Multimodal Data Analysis with AWS Health and Machine Learning Services

via aws.amazon.com => original post link

In this blog, we show how you can leverage AWS purpose-built health care and life sciences (HCLS), machine learning (ML), and analytics services to simplify storage and analysis across genomic, health records, and medical imaging data for precision health use cases. The included reference architecture is built on AWS HealthOmics, AWS HealthImaging, and AWS HealthLake services which enable you to store these data modalities with a few clicks. You can also create governed databases and tables via AWS Lake Formation, that allows querying across multiple modalities using Amazon Athena. You can then build, train, and deploy ML models with Amazon SageMaker to make real-time, personalized inference on patient outcomes. Finally, you can build custom, interactive dashboards to visualize multimodal data across individual patients and cohorts using Amazon QuickSight.

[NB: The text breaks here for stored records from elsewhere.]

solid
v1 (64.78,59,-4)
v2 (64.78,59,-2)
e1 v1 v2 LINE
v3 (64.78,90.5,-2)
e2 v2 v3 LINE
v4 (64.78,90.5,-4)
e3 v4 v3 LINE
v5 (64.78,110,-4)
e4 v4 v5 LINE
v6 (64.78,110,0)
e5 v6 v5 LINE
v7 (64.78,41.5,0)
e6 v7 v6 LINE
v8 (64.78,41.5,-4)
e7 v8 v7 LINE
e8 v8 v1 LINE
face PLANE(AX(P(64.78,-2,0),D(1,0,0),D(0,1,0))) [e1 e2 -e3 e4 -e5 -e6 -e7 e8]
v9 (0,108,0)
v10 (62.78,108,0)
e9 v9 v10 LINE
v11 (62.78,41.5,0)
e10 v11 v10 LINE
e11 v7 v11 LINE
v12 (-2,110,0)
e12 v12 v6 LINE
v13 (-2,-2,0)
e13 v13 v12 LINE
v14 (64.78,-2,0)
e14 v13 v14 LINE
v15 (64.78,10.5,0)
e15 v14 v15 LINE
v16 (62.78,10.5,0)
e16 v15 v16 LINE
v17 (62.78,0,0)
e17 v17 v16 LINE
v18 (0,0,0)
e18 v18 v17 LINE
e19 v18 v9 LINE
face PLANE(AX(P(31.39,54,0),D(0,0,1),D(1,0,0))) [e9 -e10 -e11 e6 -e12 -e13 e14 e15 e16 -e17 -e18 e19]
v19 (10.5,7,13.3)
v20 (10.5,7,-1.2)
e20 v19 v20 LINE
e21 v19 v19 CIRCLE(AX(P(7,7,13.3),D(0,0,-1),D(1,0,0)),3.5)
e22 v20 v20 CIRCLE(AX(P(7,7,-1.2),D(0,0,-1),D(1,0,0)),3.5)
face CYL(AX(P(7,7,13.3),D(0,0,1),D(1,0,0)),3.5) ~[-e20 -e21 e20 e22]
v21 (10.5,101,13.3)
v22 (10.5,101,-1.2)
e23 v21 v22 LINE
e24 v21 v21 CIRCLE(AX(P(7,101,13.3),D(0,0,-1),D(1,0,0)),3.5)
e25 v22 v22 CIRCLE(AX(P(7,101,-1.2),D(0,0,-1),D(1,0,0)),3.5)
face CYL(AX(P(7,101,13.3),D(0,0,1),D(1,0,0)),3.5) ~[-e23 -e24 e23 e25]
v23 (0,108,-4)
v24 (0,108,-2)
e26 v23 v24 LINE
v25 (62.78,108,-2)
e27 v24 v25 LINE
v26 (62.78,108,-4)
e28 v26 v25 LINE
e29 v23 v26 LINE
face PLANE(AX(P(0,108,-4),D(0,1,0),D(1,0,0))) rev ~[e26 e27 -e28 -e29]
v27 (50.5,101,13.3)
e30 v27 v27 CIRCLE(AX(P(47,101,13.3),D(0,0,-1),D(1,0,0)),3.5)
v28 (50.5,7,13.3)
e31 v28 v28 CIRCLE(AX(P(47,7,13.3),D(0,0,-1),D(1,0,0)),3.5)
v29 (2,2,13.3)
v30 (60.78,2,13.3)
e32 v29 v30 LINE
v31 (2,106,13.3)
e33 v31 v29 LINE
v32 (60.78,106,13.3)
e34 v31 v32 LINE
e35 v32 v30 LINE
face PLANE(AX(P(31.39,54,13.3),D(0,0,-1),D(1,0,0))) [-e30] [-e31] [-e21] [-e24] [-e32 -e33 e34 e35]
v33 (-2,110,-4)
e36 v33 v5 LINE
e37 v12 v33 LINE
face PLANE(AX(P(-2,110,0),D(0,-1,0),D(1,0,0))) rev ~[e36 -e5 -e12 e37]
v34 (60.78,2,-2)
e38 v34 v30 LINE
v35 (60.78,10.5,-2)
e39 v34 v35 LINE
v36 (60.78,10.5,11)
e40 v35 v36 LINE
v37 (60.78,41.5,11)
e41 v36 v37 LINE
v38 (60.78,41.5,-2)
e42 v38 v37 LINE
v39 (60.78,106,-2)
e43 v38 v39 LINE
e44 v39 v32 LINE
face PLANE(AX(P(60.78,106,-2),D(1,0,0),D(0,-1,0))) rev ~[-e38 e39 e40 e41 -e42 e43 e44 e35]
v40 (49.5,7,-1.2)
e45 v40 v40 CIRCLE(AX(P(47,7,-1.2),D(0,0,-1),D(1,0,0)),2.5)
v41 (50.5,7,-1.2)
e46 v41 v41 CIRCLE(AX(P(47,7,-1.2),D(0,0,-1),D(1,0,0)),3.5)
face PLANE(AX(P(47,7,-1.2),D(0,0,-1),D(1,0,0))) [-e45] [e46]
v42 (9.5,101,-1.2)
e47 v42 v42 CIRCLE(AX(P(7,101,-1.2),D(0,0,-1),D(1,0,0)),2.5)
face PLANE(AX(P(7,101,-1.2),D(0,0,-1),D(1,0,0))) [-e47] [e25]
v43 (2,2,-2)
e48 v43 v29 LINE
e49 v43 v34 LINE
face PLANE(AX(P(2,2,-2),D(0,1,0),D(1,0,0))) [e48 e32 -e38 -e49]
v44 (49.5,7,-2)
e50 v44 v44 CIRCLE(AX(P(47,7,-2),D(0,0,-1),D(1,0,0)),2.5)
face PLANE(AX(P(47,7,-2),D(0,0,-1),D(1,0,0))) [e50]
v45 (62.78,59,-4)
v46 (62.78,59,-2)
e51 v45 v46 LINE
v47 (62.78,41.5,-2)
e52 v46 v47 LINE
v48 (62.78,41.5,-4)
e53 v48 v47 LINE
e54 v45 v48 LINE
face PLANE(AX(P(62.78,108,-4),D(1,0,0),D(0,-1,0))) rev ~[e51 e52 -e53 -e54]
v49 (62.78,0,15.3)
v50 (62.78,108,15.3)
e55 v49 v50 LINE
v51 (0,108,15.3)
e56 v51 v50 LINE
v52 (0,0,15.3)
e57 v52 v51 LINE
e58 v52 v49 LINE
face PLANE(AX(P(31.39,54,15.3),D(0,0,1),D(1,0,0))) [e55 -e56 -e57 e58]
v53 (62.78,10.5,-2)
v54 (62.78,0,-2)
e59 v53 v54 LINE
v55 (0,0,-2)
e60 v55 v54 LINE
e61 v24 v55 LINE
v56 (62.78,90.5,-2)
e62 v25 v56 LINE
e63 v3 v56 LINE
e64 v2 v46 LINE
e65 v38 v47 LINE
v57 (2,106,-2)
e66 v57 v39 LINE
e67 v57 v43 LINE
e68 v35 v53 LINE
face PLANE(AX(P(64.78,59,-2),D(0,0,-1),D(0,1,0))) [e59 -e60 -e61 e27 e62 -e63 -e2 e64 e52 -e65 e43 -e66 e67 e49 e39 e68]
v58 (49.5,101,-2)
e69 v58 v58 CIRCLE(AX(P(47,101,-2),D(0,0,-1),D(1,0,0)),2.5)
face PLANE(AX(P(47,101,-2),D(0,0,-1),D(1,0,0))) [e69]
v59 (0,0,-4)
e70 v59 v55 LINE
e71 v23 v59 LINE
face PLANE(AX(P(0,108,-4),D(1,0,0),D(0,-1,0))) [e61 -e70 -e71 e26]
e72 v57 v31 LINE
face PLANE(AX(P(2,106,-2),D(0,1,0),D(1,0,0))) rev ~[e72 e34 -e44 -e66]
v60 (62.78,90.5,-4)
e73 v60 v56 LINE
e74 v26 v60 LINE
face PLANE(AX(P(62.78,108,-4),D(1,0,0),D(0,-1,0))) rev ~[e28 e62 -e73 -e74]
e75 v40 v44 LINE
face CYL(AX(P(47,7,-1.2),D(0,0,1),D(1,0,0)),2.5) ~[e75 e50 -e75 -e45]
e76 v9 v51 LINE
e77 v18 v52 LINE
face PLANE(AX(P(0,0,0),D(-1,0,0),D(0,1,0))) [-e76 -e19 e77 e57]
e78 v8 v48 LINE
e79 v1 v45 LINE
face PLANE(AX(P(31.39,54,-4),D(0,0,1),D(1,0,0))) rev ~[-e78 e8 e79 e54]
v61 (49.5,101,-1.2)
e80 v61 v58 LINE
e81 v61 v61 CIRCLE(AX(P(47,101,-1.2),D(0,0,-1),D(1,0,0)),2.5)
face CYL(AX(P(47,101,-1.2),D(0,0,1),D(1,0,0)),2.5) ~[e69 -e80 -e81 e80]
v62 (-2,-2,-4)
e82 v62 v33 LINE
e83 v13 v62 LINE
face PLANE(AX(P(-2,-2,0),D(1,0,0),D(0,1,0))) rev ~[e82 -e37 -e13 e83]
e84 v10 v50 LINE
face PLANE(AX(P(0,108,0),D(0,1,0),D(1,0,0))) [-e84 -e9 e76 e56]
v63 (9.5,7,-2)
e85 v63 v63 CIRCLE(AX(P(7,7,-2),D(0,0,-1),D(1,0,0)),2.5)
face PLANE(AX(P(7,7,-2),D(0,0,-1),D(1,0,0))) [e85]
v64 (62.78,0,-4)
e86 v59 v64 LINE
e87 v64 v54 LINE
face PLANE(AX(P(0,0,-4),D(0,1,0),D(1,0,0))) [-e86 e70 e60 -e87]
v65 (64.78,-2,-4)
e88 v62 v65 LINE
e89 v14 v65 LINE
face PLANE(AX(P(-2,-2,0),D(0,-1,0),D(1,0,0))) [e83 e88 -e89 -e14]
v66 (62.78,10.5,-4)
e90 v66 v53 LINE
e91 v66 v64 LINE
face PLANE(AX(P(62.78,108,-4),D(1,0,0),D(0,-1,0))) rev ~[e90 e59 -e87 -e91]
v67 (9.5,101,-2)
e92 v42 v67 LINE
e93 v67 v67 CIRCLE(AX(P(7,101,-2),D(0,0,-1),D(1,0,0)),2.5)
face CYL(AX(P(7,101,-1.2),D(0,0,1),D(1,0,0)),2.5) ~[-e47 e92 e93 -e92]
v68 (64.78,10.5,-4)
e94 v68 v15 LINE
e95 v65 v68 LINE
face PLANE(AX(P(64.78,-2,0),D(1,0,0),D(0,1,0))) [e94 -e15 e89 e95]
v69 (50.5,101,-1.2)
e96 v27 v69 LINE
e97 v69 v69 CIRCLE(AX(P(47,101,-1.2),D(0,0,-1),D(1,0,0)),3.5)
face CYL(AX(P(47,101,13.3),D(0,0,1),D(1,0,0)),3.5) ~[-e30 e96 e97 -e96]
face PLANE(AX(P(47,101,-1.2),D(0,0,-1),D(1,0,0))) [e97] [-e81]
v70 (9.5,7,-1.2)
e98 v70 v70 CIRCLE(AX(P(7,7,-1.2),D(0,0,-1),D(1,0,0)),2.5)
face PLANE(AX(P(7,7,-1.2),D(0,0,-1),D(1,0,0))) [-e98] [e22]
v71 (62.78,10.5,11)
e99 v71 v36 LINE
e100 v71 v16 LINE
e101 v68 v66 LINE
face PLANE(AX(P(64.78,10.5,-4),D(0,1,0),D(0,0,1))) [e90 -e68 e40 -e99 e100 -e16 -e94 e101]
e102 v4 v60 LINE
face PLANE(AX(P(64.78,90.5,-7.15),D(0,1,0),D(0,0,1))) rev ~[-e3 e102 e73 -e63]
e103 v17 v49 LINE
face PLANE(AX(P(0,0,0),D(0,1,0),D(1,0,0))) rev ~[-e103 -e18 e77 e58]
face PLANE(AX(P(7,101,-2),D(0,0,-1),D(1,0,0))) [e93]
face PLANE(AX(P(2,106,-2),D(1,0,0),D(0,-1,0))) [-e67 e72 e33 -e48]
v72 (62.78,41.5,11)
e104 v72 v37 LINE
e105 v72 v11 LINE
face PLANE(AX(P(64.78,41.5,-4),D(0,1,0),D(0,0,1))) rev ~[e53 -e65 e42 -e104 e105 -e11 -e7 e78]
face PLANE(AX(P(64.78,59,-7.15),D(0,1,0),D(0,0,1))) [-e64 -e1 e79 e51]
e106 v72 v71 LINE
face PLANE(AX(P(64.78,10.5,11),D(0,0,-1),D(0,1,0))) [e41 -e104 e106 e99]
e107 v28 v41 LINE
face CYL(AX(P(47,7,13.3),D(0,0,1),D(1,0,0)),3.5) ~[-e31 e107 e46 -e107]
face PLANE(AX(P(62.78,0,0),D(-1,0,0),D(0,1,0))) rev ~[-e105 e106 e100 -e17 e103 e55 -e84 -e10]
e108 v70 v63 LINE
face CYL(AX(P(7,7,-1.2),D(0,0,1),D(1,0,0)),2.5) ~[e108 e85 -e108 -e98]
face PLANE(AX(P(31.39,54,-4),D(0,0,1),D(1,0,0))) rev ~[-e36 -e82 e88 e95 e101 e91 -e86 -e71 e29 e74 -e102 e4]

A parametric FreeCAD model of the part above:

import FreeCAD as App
import Part
import Sketcher
from FreeCAD import Vector
Q = App.Units.Quantity

doc = App.newDocument("Part")
params = doc.addObject("Spreadsheet::Sheet", "Params")
for row, (alias, value) in enumerate([
    ("sketch1_height", "112 mm"),
    ("sketch1_width", "66.78 mm"),
    ("pad1_length", "4 mm"),
    ("sketch2_height", "108 mm"),
    ("sketch2_width", "62.78 mm"),
    ("pad2_length", "15.3 mm"),
    ("sketch3_height", "108 mm"),
    ("sketch3_width", "62.78 mm"),
    ("pocket1_length", "2 mm"),
    ("sketch4_height", "104 mm"),
    ("sketch4_width", "58.78 mm"),
    ("pocket2_length", "15.3 mm"),
    ("sketch5_diameter", "7 mm"),
    ("pad3_length", "14.5 mm"),
    ("sketch6_diameter", "5 mm"),
    ("pad4_length", "0.8 mm"),
    ("sketch7_width", "31.5 mm"),
    ("sketch7_height", "5.15 mm"),
    ("pocket3_length", "5 mm"),
    ("sketch8_width", "31 mm"),
    ("sketch8_height", "15 mm"),
    ("pocket4_length", "5 mm"),
], start=1):
    params.set(f"A{row}", alias)
    params.set(f"B{row}", "=" + value)
    params.setAlias(f"B{row}", alias)

body = doc.addObject("PartDesign::Body", "Body")

# Sketch on XY plane
sketch1 = body.newObject("Sketcher::SketchObject", "Sketch")
sketch1.AttachmentSupport = (doc.getObject("XY_Plane"), [""])
sketch1.MapMode = "FlatFace"
sketch1.addGeometry([
    Part.LineSegment(Vector(-2, 110, 0), Vector(-2, -2, 0)),
    Part.LineSegment(Vector(-2, -2, 0), Vector(65, -2, 0)),
    Part.LineSegment(Vector(65, -2, 0), Vector(65, 110, 0)),
    Part.LineSegment(Vector(65, 110, 0), Vector(-2, 110, 0)),
], False)
sketch1.addConstraint([
    Sketcher.Constraint("Coincident", 0, 2, 1, 1),
    Sketcher.Constraint("Coincident", 1, 2, 2, 1),
    Sketcher.Constraint("Coincident", 2, 2, 3, 1),
    Sketcher.Constraint("Coincident", 3, 2, 0, 1),
    Sketcher.Constraint("Vertical", 0),
    Sketcher.Constraint("Horizontal", 1),
    Sketcher.Constraint("Vertical", 2),
    Sketcher.Constraint("Horizontal", 3),
    Sketcher.Constraint("DistanceY", 0, 2, 0, 1, Q("112 mm")),
    Sketcher.Constraint("DistanceX", 0, 2, -1, 1, Q("2 mm")),
    Sketcher.Constraint("DistanceY", 0, 2, -1, 1, Q("2 mm")),
    Sketcher.Constraint("DistanceX", 1, 1, 1, 2, Q("66.78 mm")),
])
sketch1.setExpression("Constraints[8]", "Params.sketch1_height")
sketch1.setExpression("Constraints[11]", "Params.sketch1_width")
pad1 = body.newObject("PartDesign::Pad", "Pad")
pad1.Profile = sketch1
pad1.setExpression("Length", "Params.pad1_length")
pad1.Reversed = True

# Sketch on XY plane
sketch2 = body.newObject("Sketcher::SketchObject", "Sketch001")
sketch2.AttachmentSupport = (doc.getObject("XY_Plane"), [""])
sketch2.MapMode = "FlatFace"
sketch2.addGeometry([
    Part.LineSegment(Vector(0, 108, 0), Vector(0, 0, 0)),
    Part.LineSegment(Vector(0, 0, 0), Vector(63, 0, 0)),
    Part.LineSegment(Vector(63, 0, 0), Vector(63, 108, 0)),
    Part.LineSegment(Vector(63, 108, 0), Vector(0, 108, 0)),
], False)
sketch2.addConstraint([
    Sketcher.Constraint("Coincident", 0, 2, 1, 1),
    Sketcher.Constraint("Coincident", 1, 2, 2, 1),
    Sketcher.Constraint("Coincident", 2, 2, 3, 1),
    Sketcher.Constraint("Coincident", 3, 2, 0, 1),
    Sketcher.Constraint("Vertical", 0),
    Sketcher.Constraint("Horizontal", 1),
    Sketcher.Constraint("Vertical", 2),
    Sketcher.Constraint("Horizontal", 3),
    Sketcher.Constraint("Coincident", 0, 2, -1, 1),
    Sketcher.Constraint("DistanceY", 0, 2, 0, 1, Q("108 mm")),
    Sketcher.Constraint("DistanceX", 1, 1, 1, 2, Q("62.78 mm")),
])
sketch2.setExpression("Constraints[9]", "Params.sketch2_height")
sketch2.setExpression("Constraints[10]", "Params.sketch2_width")
pad2 = body.newObject("PartDesign::Pad", "Pad001")
pad2.Profile = sketch2
pad2.setExpression("Length", "Params.pad2_length")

HCLS customers are seeing a rapid growth in patient-level data. This data is increasing both in size and diversity, with modalities that include genomic, clinical, medical imaging, medical claims, and sensor data. While multimodal data offers a comprehensive view that can improve patient outcomes and care, analyzing multiple modalities at scale to build precision health applications is challenging. First, each modality requires distinct storage infrastructure, like Fast Healthcare Interoperability Resources (FHIR) for clinical records, Digital Imaging and Communications in Medicine (DICOM) for medical imaging, and custom databases for genomic variant and annotation data in Variant Call Format (VCF) files. Second, not all storage modalities are accessible via common query languages like SQL, making it difficult to execute analytical queries across data types. Third, tooling for data science and machine learning is typically not built to handle the domain-specific data infrastructures or data types presented by these modalities, thereby hindering comprehensive analytics. Finally, customers wishing to pilot precision health initiatives have difficulty accessing a coherent dataset across all modalities with enough data points to support ML development and benchmarking.